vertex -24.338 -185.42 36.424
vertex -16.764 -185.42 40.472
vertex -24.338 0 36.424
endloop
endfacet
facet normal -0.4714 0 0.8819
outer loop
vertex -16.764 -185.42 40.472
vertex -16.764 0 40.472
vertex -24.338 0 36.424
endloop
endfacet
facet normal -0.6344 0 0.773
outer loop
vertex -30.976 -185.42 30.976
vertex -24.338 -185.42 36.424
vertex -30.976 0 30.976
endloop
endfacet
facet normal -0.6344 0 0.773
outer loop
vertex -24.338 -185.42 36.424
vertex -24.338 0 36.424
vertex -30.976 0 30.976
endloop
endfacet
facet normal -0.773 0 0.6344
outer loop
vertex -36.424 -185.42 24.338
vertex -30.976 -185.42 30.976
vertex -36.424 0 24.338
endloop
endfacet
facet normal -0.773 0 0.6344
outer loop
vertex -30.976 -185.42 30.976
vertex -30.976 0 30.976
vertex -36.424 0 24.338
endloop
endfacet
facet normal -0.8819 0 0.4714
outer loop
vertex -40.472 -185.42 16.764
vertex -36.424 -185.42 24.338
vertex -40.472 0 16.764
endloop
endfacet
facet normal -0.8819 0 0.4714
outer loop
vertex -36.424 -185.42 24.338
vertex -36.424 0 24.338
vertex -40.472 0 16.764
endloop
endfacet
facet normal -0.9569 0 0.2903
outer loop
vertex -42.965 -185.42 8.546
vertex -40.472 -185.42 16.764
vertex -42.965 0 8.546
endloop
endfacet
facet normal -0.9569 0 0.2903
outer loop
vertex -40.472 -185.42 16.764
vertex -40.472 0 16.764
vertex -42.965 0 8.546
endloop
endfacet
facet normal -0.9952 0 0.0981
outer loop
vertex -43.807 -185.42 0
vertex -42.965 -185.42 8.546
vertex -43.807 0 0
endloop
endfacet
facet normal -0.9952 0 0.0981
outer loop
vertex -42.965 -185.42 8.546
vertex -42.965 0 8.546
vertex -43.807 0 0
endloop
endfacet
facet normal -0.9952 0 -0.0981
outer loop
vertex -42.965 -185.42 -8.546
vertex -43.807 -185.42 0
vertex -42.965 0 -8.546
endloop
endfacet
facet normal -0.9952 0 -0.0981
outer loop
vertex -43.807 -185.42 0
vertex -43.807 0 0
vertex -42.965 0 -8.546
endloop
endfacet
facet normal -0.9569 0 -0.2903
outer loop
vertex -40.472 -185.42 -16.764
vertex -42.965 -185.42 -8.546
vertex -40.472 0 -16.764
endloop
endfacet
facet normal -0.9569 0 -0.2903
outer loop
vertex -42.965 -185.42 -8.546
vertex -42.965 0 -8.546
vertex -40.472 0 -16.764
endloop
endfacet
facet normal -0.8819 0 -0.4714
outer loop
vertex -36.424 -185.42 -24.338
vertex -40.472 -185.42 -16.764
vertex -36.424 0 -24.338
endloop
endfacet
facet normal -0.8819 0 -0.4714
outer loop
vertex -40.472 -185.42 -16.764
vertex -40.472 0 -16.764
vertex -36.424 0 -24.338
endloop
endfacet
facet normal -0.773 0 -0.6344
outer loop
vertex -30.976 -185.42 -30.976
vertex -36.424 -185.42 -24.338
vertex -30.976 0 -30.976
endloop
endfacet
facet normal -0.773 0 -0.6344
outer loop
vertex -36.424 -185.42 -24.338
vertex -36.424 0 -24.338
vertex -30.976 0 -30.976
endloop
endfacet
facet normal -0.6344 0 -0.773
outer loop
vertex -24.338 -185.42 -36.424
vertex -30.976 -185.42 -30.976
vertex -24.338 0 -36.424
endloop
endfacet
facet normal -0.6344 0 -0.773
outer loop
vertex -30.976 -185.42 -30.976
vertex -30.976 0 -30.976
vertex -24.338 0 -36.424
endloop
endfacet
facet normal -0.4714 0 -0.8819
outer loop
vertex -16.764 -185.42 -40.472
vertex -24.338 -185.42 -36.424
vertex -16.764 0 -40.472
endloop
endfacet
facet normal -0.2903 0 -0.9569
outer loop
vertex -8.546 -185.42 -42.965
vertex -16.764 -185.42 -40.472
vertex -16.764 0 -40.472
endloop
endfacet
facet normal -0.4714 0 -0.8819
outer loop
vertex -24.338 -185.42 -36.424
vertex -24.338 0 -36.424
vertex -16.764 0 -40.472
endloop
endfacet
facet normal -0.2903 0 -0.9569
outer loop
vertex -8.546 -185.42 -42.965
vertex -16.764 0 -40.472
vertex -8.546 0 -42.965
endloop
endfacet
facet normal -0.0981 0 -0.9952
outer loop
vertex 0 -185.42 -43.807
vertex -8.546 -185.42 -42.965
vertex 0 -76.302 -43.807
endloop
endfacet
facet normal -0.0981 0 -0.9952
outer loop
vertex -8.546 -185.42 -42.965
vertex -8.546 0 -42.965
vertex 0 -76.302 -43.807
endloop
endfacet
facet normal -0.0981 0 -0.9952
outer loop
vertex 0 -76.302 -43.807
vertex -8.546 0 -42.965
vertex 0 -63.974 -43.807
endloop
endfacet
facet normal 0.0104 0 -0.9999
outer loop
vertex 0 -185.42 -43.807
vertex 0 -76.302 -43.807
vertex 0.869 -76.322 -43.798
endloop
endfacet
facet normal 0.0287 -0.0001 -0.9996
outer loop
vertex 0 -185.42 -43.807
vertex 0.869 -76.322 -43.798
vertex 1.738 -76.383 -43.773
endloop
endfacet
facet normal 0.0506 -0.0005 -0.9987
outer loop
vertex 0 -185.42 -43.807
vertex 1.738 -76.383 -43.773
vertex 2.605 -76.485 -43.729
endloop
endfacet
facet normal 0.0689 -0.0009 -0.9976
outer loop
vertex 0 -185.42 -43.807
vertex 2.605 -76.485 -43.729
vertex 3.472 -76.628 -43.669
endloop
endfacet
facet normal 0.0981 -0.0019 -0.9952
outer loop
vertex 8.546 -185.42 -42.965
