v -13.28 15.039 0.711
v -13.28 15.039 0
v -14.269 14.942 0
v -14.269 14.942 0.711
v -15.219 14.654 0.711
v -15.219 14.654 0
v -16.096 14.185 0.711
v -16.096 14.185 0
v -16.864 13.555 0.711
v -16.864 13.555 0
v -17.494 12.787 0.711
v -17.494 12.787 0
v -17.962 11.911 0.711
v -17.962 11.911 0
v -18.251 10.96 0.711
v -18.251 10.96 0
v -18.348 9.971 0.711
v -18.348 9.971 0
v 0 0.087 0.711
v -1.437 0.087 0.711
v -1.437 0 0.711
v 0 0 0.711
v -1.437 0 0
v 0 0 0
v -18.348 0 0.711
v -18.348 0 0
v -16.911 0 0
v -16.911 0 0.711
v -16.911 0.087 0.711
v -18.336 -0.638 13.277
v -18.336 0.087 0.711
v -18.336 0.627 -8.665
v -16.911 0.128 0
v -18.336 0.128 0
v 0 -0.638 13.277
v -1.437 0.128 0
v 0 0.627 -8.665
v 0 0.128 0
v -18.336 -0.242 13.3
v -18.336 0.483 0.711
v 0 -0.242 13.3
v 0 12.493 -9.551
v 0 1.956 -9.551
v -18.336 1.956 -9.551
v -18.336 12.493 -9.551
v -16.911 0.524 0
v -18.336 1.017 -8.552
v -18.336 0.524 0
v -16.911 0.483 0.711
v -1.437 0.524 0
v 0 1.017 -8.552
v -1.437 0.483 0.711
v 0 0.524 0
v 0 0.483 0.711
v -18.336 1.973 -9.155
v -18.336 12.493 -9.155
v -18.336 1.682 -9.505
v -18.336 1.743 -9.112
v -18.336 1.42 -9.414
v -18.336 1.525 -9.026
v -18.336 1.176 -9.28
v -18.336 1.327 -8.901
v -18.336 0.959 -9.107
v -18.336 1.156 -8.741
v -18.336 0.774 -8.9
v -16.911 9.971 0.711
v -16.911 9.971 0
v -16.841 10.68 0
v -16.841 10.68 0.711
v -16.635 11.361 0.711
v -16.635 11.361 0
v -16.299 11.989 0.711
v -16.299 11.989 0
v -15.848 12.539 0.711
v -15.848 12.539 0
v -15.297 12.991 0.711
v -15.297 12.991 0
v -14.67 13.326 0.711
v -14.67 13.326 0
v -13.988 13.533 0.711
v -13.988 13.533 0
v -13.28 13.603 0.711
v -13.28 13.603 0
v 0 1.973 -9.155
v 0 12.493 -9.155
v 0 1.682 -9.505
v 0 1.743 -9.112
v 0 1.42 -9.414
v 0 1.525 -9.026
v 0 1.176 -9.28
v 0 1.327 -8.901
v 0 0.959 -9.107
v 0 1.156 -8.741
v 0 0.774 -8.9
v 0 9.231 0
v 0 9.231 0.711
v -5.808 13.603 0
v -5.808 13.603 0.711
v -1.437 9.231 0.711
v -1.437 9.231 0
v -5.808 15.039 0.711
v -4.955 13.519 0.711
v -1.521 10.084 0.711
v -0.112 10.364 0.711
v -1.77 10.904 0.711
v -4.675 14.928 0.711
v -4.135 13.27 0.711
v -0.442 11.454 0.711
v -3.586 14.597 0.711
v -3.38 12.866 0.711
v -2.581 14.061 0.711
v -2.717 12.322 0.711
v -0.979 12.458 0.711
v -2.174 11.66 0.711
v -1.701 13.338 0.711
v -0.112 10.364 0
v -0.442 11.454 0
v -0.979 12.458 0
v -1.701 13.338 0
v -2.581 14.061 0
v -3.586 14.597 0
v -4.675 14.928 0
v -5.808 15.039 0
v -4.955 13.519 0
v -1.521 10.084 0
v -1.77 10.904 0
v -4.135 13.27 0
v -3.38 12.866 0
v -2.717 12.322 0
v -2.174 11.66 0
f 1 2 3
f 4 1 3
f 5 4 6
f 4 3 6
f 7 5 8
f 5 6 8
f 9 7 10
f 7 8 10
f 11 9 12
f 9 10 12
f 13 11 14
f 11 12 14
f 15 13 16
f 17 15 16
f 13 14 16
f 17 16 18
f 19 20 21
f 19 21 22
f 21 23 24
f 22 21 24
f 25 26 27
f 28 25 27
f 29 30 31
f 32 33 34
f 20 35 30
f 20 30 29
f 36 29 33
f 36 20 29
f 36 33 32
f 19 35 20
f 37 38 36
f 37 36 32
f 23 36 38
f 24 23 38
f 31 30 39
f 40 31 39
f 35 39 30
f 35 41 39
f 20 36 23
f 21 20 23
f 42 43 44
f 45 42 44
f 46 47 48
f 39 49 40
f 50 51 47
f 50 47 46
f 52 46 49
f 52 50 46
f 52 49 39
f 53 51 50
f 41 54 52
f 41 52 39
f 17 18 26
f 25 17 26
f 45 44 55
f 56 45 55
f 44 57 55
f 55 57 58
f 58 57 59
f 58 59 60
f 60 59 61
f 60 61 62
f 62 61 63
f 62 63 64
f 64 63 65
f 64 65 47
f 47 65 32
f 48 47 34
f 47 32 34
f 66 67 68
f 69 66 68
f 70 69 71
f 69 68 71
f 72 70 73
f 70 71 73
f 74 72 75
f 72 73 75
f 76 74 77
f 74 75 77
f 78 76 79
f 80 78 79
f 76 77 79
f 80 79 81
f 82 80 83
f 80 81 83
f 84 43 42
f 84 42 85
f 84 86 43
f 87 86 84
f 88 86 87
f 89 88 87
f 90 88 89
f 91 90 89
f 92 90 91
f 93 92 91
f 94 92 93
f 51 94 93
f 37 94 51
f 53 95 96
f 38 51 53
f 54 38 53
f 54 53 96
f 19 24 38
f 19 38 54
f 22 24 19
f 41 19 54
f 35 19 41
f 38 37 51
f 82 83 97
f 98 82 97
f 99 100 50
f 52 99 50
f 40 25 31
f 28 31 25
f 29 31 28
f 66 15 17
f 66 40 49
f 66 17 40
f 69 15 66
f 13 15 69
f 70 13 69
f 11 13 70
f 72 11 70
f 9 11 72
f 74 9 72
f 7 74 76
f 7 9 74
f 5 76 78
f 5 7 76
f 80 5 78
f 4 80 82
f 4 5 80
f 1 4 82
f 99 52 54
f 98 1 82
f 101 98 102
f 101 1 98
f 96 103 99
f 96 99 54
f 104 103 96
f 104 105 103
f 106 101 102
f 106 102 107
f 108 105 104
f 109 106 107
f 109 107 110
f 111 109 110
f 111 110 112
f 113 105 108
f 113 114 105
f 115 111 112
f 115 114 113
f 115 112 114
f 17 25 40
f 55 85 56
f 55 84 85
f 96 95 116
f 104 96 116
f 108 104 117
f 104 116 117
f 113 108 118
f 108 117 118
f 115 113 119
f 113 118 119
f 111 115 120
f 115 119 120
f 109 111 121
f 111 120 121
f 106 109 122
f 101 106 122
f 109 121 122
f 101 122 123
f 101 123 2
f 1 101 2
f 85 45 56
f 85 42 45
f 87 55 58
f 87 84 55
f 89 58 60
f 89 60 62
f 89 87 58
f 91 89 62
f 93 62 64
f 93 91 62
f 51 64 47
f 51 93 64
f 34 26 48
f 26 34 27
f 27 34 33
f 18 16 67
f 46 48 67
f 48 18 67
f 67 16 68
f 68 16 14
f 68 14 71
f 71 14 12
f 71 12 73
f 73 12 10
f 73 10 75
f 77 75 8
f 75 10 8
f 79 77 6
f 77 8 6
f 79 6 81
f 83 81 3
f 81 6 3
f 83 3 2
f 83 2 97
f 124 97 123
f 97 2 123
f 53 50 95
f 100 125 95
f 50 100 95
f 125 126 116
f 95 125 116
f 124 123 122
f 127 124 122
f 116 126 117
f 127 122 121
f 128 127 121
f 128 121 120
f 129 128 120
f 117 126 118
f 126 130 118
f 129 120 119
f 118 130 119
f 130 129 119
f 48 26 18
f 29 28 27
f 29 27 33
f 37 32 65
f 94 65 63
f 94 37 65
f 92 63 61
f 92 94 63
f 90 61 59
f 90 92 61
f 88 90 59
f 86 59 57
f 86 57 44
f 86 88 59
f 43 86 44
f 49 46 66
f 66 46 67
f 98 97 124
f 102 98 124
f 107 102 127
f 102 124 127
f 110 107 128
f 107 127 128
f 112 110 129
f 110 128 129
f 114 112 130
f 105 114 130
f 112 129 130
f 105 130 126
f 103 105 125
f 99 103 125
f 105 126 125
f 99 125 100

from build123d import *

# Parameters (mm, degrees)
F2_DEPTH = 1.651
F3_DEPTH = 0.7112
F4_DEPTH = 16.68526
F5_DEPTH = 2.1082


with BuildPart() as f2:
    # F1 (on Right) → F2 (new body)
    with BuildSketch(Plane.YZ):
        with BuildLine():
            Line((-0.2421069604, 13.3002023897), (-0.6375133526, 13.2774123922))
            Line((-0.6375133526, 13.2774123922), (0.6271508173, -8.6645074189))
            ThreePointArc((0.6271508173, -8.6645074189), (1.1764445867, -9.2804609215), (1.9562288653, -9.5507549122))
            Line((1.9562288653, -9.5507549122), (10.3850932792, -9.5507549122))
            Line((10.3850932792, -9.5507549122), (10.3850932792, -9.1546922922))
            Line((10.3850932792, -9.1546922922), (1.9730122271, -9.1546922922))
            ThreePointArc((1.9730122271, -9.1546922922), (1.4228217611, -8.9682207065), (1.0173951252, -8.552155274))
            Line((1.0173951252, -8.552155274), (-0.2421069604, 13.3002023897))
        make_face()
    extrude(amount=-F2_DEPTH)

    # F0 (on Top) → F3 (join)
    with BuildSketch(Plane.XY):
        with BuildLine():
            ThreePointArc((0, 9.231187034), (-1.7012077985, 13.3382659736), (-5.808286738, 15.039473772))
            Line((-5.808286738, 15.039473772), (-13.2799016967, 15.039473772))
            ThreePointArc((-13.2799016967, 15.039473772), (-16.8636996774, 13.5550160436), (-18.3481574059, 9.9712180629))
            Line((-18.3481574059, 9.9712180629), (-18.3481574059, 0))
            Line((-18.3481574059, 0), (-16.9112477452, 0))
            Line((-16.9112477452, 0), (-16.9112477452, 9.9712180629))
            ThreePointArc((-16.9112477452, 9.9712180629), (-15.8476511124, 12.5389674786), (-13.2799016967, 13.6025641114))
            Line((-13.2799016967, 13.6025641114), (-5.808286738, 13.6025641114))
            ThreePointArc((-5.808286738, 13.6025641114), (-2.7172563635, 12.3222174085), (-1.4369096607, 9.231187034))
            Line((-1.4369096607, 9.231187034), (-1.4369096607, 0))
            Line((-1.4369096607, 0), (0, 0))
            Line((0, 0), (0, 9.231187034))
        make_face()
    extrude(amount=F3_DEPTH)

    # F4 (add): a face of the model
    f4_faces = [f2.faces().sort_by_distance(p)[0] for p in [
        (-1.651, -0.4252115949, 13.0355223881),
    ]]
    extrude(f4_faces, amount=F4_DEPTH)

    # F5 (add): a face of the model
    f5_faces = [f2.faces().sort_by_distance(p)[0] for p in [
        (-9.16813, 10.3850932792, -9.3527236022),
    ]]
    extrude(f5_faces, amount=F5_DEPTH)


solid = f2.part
---
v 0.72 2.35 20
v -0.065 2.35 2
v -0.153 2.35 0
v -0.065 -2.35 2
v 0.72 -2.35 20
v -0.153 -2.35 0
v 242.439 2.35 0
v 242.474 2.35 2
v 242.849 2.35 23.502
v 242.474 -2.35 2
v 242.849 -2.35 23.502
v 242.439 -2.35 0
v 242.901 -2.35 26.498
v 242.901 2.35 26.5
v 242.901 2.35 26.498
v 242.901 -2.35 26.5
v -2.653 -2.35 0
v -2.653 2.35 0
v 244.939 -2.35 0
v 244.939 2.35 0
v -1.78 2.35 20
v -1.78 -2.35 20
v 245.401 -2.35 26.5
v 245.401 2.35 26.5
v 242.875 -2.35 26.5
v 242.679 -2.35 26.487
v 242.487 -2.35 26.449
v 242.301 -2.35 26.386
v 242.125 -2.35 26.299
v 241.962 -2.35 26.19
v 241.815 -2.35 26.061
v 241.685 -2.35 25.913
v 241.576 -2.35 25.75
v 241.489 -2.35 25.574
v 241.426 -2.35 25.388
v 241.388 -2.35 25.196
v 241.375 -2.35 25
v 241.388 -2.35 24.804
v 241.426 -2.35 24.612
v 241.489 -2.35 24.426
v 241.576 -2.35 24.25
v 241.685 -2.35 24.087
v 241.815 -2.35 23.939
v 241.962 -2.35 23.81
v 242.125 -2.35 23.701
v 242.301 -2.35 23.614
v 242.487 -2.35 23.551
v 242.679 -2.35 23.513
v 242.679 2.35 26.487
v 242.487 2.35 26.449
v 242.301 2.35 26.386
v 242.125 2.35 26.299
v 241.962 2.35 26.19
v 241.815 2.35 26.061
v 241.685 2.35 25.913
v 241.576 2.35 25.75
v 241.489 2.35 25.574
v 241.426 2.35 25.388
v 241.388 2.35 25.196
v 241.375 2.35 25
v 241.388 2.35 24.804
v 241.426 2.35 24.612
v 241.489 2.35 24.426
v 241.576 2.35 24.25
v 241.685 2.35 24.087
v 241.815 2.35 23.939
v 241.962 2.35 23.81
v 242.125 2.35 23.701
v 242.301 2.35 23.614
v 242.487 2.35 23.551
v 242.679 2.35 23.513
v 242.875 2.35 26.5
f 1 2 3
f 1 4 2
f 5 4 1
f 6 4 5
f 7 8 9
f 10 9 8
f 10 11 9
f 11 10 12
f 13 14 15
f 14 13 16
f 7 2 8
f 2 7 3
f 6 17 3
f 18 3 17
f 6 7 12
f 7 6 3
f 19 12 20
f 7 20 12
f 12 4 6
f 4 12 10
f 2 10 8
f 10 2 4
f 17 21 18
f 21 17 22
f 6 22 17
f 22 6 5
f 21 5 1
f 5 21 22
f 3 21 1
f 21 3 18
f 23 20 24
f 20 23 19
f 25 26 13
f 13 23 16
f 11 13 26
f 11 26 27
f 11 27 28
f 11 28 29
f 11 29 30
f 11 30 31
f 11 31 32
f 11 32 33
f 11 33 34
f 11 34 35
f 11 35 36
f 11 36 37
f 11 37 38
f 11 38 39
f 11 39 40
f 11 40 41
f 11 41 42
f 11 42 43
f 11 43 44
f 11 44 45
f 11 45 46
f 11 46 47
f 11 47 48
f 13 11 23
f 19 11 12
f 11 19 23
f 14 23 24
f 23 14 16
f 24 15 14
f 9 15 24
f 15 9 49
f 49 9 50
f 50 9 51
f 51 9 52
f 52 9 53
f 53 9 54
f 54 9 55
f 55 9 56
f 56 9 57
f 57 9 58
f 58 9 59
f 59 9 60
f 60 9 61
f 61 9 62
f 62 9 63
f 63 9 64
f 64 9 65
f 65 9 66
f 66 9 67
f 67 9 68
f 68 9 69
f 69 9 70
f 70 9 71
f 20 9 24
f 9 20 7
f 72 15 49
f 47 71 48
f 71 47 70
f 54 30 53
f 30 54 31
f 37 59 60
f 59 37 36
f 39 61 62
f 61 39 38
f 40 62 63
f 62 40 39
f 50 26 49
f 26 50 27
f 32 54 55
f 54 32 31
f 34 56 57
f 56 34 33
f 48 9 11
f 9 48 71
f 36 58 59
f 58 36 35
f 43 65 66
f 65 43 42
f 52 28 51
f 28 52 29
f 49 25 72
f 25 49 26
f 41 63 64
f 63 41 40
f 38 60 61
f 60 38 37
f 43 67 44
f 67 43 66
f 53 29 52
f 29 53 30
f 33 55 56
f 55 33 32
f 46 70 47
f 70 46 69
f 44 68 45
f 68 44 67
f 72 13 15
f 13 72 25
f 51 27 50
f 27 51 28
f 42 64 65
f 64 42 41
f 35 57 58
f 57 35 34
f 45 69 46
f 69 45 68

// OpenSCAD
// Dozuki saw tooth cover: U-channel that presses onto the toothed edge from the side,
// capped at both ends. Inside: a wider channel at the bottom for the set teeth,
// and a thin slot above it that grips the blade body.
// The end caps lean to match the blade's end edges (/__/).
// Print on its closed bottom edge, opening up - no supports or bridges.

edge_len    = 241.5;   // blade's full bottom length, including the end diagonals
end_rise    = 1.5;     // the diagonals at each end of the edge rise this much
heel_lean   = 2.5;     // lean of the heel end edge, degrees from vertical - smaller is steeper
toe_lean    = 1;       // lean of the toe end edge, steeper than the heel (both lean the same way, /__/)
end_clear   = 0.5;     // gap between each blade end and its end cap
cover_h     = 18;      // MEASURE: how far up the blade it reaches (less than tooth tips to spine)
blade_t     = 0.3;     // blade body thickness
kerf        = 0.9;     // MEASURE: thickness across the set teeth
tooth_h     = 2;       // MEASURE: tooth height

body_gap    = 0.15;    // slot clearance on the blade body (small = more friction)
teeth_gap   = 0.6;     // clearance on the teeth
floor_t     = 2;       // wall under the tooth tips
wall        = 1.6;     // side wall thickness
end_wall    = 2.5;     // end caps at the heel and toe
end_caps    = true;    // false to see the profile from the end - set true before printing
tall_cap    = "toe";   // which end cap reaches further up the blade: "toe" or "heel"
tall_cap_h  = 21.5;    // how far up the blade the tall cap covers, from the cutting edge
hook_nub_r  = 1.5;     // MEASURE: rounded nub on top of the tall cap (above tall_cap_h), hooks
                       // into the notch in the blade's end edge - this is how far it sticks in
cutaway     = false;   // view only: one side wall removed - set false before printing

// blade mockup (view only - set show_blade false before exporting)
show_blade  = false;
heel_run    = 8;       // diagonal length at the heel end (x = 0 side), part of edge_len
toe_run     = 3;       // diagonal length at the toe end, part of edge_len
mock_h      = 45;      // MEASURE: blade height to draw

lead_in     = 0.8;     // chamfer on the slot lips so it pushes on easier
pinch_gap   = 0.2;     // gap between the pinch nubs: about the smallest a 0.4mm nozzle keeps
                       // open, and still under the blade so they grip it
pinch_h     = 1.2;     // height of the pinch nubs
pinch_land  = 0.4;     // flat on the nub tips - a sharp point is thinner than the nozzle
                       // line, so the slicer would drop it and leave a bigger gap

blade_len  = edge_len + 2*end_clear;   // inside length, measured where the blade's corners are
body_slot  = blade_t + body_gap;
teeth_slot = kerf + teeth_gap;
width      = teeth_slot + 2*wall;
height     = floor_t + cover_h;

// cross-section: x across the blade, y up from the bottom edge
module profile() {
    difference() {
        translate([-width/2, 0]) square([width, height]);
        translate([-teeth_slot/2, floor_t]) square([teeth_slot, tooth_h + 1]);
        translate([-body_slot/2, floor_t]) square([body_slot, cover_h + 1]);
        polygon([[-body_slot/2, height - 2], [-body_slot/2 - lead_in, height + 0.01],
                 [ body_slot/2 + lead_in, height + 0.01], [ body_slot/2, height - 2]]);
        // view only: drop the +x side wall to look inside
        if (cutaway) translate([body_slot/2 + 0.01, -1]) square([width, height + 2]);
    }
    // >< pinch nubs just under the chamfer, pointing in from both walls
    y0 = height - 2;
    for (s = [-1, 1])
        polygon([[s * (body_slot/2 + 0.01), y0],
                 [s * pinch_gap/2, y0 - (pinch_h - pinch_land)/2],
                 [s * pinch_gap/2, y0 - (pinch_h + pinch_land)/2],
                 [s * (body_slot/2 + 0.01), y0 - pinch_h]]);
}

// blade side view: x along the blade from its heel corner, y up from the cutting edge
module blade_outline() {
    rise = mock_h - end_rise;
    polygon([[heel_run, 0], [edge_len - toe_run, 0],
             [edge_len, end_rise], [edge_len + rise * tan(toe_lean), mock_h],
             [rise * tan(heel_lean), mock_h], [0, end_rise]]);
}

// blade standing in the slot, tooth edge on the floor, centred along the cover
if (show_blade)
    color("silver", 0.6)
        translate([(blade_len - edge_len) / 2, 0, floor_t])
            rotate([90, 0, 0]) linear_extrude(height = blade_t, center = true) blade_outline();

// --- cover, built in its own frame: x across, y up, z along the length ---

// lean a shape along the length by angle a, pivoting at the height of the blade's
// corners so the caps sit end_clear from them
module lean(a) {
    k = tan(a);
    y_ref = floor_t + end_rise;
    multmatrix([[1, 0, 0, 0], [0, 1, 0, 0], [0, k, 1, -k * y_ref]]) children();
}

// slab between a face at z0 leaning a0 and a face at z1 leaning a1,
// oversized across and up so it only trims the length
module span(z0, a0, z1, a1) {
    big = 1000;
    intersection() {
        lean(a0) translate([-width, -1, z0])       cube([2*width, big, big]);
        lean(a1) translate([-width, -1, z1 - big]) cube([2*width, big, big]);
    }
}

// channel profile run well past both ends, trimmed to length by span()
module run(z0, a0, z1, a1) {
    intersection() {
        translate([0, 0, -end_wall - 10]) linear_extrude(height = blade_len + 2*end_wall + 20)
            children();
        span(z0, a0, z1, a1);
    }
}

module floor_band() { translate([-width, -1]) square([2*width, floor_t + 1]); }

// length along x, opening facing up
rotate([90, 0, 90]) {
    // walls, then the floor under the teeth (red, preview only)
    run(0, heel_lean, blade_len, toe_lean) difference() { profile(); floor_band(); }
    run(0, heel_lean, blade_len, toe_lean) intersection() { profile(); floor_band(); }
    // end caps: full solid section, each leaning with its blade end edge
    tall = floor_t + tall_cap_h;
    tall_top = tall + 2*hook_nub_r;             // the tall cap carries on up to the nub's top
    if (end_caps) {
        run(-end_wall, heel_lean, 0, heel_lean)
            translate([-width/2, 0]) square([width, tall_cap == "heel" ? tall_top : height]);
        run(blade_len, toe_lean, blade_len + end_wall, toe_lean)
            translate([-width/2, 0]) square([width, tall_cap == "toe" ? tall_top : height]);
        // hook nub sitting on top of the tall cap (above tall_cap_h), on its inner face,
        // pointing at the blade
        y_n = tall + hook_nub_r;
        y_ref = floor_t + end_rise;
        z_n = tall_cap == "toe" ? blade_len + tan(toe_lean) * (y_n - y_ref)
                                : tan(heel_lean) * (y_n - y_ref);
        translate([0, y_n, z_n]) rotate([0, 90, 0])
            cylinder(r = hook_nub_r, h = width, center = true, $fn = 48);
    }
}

*What you will do*. Beginning with the line holding "v 242.901 2.35 26.498" and ending with the line holding "v 241.375 -2.35 25", write out the stretch of material above exactly; add no further lines.

*Your response*.
v 242.901 2.35 26.498
v 242.901 -2.35 26.5
v -2.653 -2.35 0
v -2.653 2.35 0
v 244.939 -2.35 0
v 244.939 2.35 0
v -1.78 2.35 20
v -1.78 -2.35 20
v 245.401 -2.35 26.5
v 245.401 2.35 26.5
v 242.875 -2.35 26.5
v 242.679 -2.35 26.487
v 242.487 -2.35 26.449
v 242.301 -2.35 26.386
v 242.125 -2.35 26.299
v 241.962 -2.35 26.19
v 241.815 -2.35 26.061
v 241.685 -2.35 25.913
v 241.576 -2.35 25.75
v 241.489 -2.35 25.574
v 241.426 -2.35 25.388
v 241.388 -2.35 25.196
v 241.375 -2.35 25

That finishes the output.